Hey Pix, Half a stone or roughly just over 3kg or indeed 7 pounds if you are old skool could be lost sensibly in 4 - 6 weeks easily enough.

Extreme recommend that 3 capsules are to be taken with Breakfast and another 3 capsules to be taken half and hour before exercising. They also suggest that some people may wish to take more servings throughout the day don't recommend more than 12 capsules per day.

If you stick to the 3 before breakfast and 3 before training a tub which has 40 x 3 capsule servings will last you 20 days. A tub on the Extreme website costs 32.95 - the 3 tub [which if you think on the same amount of servings as stated in the above example would last you 2 months!] offer is 59.90, I don't know if you'll get your extra 25% discount on top of that, but I think it's a great offer and very good value.


----------



## Pix (Jun 6, 2009)

Thanks Phill!

Your right, Definitely go for the 3 tub offer. Just got to wait for the money to come in now  Hopefully I will finally shift this stubborn fat with the extra help.


----------



## splinter1466867924 (Aug 5, 2005)

Up the ante of fat burning.

Do cardio in the morning before breakfast, your body goes straight into fat burning mode.

Use heart rate monitors, keep your heart rate of 65% of max (ideal for fat burning).

Do cardio twice a day if you can.

Taper off carbs month by month (keeping protein high) and gradually increase cardio sessions.

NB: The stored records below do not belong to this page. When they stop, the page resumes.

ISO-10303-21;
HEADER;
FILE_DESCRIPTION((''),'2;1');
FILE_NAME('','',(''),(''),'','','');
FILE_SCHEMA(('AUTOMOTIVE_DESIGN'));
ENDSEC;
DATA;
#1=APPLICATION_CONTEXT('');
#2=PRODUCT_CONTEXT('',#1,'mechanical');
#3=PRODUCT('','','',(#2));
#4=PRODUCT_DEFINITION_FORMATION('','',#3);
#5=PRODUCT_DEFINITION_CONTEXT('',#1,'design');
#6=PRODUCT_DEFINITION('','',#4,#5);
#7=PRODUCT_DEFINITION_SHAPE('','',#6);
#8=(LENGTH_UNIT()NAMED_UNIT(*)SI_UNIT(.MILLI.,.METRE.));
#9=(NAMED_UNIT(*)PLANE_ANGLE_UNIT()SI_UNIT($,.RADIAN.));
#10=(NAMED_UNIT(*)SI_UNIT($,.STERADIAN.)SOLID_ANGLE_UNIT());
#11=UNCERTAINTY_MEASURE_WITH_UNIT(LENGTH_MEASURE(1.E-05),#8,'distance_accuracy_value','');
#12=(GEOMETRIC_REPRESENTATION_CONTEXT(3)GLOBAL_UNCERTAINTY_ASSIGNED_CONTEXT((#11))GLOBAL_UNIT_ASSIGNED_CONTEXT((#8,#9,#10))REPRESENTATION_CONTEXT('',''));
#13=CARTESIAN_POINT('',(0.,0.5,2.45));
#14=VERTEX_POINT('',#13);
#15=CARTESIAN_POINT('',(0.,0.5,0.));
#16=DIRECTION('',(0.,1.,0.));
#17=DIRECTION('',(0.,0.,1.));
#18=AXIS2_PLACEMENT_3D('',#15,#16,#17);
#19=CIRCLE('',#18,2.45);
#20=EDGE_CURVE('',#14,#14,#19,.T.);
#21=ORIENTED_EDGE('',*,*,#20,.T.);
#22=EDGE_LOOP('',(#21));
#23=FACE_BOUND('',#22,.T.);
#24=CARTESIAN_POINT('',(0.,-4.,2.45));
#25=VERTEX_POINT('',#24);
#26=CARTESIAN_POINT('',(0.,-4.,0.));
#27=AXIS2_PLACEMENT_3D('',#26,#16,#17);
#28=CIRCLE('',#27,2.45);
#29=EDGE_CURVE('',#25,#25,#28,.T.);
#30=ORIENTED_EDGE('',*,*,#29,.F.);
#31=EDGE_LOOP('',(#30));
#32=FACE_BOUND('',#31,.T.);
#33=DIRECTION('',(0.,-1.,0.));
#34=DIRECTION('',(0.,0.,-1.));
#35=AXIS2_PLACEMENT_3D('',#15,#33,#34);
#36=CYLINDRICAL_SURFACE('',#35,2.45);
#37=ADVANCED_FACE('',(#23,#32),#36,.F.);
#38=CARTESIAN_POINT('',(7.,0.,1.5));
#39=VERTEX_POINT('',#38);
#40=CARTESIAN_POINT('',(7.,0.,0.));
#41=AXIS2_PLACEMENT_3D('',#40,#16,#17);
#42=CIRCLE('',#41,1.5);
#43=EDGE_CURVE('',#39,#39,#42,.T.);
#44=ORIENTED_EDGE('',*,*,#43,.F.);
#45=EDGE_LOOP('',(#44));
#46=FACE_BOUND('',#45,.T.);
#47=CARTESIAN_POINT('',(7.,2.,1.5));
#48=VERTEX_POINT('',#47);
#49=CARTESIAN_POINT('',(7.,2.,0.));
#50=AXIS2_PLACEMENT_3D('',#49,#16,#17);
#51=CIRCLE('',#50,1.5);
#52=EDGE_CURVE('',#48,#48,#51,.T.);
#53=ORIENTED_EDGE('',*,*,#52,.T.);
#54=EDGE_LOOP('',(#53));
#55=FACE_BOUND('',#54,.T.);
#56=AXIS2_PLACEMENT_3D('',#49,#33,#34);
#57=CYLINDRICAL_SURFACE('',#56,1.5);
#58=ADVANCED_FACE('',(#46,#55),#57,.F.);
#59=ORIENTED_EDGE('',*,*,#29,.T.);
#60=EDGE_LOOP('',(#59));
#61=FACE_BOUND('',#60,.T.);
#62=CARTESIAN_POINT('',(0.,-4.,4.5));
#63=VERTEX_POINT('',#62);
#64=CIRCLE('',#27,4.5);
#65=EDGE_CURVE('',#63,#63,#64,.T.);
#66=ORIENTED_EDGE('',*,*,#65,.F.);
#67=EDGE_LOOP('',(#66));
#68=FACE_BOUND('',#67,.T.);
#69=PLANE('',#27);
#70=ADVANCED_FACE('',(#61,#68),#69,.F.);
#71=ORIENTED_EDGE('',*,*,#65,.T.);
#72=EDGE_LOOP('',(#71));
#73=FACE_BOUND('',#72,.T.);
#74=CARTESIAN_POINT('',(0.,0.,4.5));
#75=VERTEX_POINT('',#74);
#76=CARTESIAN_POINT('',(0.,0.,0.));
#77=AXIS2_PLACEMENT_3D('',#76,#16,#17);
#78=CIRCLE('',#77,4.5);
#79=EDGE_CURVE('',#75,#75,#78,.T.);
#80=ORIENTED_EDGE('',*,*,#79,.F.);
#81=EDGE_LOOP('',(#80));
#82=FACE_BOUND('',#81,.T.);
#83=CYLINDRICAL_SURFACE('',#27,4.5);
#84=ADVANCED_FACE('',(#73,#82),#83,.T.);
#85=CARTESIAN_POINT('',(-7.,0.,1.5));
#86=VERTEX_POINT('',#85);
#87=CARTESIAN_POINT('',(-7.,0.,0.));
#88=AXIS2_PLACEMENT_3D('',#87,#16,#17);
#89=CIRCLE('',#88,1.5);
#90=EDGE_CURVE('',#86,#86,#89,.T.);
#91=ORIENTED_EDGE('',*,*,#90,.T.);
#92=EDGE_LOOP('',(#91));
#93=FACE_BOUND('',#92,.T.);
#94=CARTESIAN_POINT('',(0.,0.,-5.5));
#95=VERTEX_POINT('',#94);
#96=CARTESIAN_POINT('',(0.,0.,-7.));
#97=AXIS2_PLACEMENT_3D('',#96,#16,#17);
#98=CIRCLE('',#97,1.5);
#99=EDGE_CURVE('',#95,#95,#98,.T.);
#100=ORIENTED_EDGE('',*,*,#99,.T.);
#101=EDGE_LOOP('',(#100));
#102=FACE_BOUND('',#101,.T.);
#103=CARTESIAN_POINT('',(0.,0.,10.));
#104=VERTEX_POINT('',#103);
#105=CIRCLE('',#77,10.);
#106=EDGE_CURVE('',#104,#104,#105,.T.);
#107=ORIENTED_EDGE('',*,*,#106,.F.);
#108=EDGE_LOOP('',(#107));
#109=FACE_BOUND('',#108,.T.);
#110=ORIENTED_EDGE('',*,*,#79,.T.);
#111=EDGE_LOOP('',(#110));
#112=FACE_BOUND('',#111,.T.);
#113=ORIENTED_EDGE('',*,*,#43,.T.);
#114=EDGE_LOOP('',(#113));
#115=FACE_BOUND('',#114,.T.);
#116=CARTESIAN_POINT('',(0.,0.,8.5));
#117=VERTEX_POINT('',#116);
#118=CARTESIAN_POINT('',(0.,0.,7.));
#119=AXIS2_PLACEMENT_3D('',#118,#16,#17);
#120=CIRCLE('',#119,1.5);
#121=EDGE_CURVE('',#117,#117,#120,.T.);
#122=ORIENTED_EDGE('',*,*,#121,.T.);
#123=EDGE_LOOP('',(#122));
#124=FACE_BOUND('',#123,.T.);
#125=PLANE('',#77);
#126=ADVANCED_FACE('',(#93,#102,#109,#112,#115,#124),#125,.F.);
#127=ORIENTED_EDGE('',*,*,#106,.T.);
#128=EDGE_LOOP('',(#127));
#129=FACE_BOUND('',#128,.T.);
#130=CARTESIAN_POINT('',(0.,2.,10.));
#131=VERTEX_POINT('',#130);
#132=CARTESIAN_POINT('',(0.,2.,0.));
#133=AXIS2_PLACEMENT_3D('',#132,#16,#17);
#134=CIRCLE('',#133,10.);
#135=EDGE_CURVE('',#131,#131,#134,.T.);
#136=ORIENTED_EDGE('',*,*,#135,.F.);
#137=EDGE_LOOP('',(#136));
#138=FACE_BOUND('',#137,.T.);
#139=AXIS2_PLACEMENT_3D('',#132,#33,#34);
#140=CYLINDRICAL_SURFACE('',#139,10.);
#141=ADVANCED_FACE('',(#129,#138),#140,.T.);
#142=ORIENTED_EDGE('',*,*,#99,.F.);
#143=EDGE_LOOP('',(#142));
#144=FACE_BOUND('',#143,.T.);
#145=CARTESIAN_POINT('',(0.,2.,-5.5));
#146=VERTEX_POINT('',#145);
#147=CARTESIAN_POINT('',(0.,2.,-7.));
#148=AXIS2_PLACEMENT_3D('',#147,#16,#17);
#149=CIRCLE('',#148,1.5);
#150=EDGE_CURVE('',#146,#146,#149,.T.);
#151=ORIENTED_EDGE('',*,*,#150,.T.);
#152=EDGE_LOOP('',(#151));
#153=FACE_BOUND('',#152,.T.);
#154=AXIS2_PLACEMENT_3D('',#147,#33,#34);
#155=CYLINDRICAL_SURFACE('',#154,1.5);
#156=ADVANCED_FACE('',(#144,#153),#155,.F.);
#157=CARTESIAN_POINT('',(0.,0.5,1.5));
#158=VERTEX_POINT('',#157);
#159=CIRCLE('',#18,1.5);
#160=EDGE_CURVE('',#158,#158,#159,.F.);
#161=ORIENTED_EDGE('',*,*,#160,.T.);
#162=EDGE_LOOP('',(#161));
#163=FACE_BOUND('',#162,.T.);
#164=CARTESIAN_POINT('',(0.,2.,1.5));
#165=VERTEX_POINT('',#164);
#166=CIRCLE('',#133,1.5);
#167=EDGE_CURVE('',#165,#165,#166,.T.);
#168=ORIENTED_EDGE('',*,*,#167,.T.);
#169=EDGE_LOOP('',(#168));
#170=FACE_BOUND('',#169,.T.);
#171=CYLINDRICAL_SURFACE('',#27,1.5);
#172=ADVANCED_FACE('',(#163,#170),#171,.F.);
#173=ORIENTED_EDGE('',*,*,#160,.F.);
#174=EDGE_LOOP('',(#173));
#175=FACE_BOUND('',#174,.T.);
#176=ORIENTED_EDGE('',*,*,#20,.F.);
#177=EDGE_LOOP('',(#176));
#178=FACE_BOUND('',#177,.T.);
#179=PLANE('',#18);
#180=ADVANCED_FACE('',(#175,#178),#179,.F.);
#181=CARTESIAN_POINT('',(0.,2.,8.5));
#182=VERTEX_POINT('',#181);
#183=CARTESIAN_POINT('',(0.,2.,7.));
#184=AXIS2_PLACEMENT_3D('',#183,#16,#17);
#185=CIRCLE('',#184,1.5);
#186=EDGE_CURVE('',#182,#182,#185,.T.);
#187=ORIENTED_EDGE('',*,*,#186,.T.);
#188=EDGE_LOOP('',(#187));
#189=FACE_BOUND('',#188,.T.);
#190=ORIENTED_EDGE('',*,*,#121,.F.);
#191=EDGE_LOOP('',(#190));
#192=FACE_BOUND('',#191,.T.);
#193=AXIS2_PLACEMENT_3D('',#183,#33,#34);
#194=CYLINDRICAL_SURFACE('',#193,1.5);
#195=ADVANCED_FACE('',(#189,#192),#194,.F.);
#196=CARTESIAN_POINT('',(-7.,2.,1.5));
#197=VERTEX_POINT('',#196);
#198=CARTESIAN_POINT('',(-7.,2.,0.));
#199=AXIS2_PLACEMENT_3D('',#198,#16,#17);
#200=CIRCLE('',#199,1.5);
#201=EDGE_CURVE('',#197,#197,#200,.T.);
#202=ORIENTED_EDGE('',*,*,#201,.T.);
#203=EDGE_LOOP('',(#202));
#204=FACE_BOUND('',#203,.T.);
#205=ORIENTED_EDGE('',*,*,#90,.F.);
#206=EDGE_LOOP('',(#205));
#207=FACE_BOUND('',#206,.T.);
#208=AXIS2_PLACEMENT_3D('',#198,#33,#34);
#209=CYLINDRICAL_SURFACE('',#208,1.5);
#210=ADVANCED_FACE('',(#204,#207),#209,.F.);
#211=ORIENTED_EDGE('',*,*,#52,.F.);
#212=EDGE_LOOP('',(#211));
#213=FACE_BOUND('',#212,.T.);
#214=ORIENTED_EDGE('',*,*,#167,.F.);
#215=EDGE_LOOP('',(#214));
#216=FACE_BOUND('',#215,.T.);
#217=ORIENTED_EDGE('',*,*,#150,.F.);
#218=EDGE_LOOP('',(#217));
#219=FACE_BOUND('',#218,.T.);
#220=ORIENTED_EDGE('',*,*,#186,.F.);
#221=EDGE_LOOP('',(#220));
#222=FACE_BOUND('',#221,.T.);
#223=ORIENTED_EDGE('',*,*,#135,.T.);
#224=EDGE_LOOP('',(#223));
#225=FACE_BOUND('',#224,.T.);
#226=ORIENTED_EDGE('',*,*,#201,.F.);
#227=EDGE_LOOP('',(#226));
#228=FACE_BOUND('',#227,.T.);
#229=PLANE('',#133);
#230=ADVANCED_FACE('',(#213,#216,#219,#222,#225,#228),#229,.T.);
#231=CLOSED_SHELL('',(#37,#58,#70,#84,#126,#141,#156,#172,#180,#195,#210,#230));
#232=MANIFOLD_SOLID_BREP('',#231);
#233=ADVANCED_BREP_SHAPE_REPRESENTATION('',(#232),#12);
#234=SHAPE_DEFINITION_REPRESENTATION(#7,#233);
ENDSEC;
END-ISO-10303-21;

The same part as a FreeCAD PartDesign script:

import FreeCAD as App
import Part
import Sketcher
from FreeCAD import Vector

doc = App.newDocument("Part")
body = doc.addObject("PartDesign::Body", "Body")

# Sketch on XZ plane
sketch1 = doc.addObject("Sketcher::SketchObject", "Sketch")
body.addObject(sketch1)
sketch1.AttachmentSupport = (doc.XZ_Plane, [""])
sketch1.MapMode = "FlatFace"
sketch1.addGeometry([
    Part.Circle(Vector(0, 0, 0), Vector(0, 0, 1), 10),  # 0
    Part.Circle(Vector(0, -7, 0), Vector(0, 0, 1), 1.5),  # 1
    Part.Circle(Vector(-7, 0, 0), Vector(0, 0, 1), 1.5),  # 2
    Part.Circle(Vector(7, 0, 0), Vector(0, 0, 1), 1.5),  # 3
    Part.Circle(Vector(0, 7, 0), Vector(0, 0, 1), 1.5),  # 4
], False)
sketch1.addConstraint([
    Sketcher.Constraint("Coincident", 0, 3, -1, 1),
    Sketcher.Constraint("Equal", 1, 2),
    Sketcher.Constraint("Equal", 2, 3),
    Sketcher.Constraint("Equal", 3, 4),
    Sketcher.Constraint("Symmetric", 2, 3, 3, 3, -1, 1),
    Sketcher.Constraint("Symmetric", 1, 3, 4, 3, -1, 1),
    Sketcher.Constraint("PointOnObject", 1, 3, -2),
    Sketcher.Constraint("PointOnObject", 2, 3, -1),
    Sketcher.Constraint("Diameter", 0, 20.0),
    Sketcher.Constraint("Diameter", 1, 3.0),
    Sketcher.Constraint("DistanceY", 1, 3, -1, 1, 7.0),
    Sketcher.Constraint("DistanceX", 2, 3, -1, 1, 7.0),
])
pad1 = doc.addObject("PartDesign::Pad", "Pad")
body.addObject(pad1)
pad1.Profile = sketch1
pad1.Length = 2
pad1.Reversed = True

# Sketch on XZ plane
sketch2 = doc.addObject("Sketcher::SketchObject", "Sketch001")
body.addObject(sketch2)
sketch2.AttachmentSupport = (doc.XZ_Plane, [""])
sketch2.MapMode = "FlatFace"
sketch2.addGeometry(Part.Circle(Vector(0, 0, 0), Vector(0, 0, 1), 4.5), False)
sketch2.addConstraint([
    Sketcher.Constraint("Coincident", 0, 3, -1, 1),
    Sketcher.Constraint("Diameter", 0, 9.0),
])
pad2 = doc.addObject("PartDesign::Pad", "Pad001")
body.addObject(pad2)
pad2.Profile = sketch2
pad2.Length = 4

# Sketch on XZ plane
sketch3 = doc.addObject("Sketcher::SketchObject", "Sketch002")
body.addObject(sketch3)
sketch3.AttachmentSupport = (doc.XZ_Plane, [""])
sketch3.MapMode = "FlatFace"
sketch3.addGeometry(Part.Circle(Vector(0, 0, 0), Vector(0, 0, 1), 1.5), False)
sketch3.addConstraint([
    Sketcher.Constraint("Coincident", 0, 3, -1, 1),
    Sketcher.Constraint("Diameter", 0, 3.0),
])
pocket1 = doc.addObject("PartDesign::Pocket", "Pocket")
body.addObject(pocket1)
pocket1.Profile = sketch3
pocket1.Type = "ThroughAll"
pocket1.Midplane = True

# Sketch on XZ plane
sketch4 = doc.addObject("Sketcher::SketchObject", "Sketch003")
body.addObject(sketch4)
sketch4.AttachmentSupport = (doc.XZ_Plane, [""])
sketch4.MapMode = "FlatFace"
sketch4.AttachmentOffset = App.Placement(Vector(0, 0, 4), App.Rotation())
sketch4.addGeometry(Part.Circle(Vector(0, 0, 0), Vector(0, 0, 1), 2.5), False)
sketch4.addConstraint([
    Sketcher.Constraint("Coincident", 0, 3, -1, 1),
    Sketcher.Constraint("Diameter", 0, 4.9),
])
pocket2 = doc.addObject("PartDesign::Pocket", "Pocket001")
body.addObject(pocket2)
pocket2.Profile = sketch4
pocket2.Length = 4.5

doc.recompute()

If you make these changes you will induce metabolic changes to help burn fat! Paired with such supplements like lean-r, ephedrine, caffeine, aspirin etc... It will happen.

Simple rules, follow them!


----------



## westy191466867924 (Sep 9, 2005)

is lean-r ok to use, if competing in the BNBF, are any of the ingredents on the banned list?


----------



## Guest (Feb 12, 2010)

they definitely work, I also use them during cutting to make weight classes - gives you good energy also!!


----------



## Pix (Jun 6, 2009)

westy19 said:


> is lean-r ok to use, if competing in the BNBF, are any of the ingredents on the banned list?


"THIS PRODUCT IS SAFE FOR IOC DRUG TESTED ATHLETES OUT OF SEASON DUE TO THE PRESCENCE OF OCTOPAMINE. IT IS NOT ALLOWED IN COMPETITION (we can't tell you exactly how that relates to a competitive drug tested bodybuilder other than to use it off season and not use it within a month of any potential contest)."

from the product page


----------



## Phill1466867973 (Sep 2, 2009)

It contains Octopamine, which is on the WADA banned list.

Extreme have been wise to inform people by stating that it's not legal at times of competition, but fine out of comp.

The banned list if you are concerned, find it under specified stimulants -

http://www.wada-ama.org/rtecontent/document/2009_Prohibited_List_ENG_Final_20_Sept_08.pdf


----------



## EXTREME (Aug 5, 2005)

I'm not sure exactly how this rule relates to a bodybuilder because you are only in competition on the day of the contest but it would show if you were tested for it if you used it up to the day before.

I think its safe to use up to a week before, I have had a look online and can only see 1 person ever having been in trouble for using anything containing octopamine and he was a goal keeper in the German handball league.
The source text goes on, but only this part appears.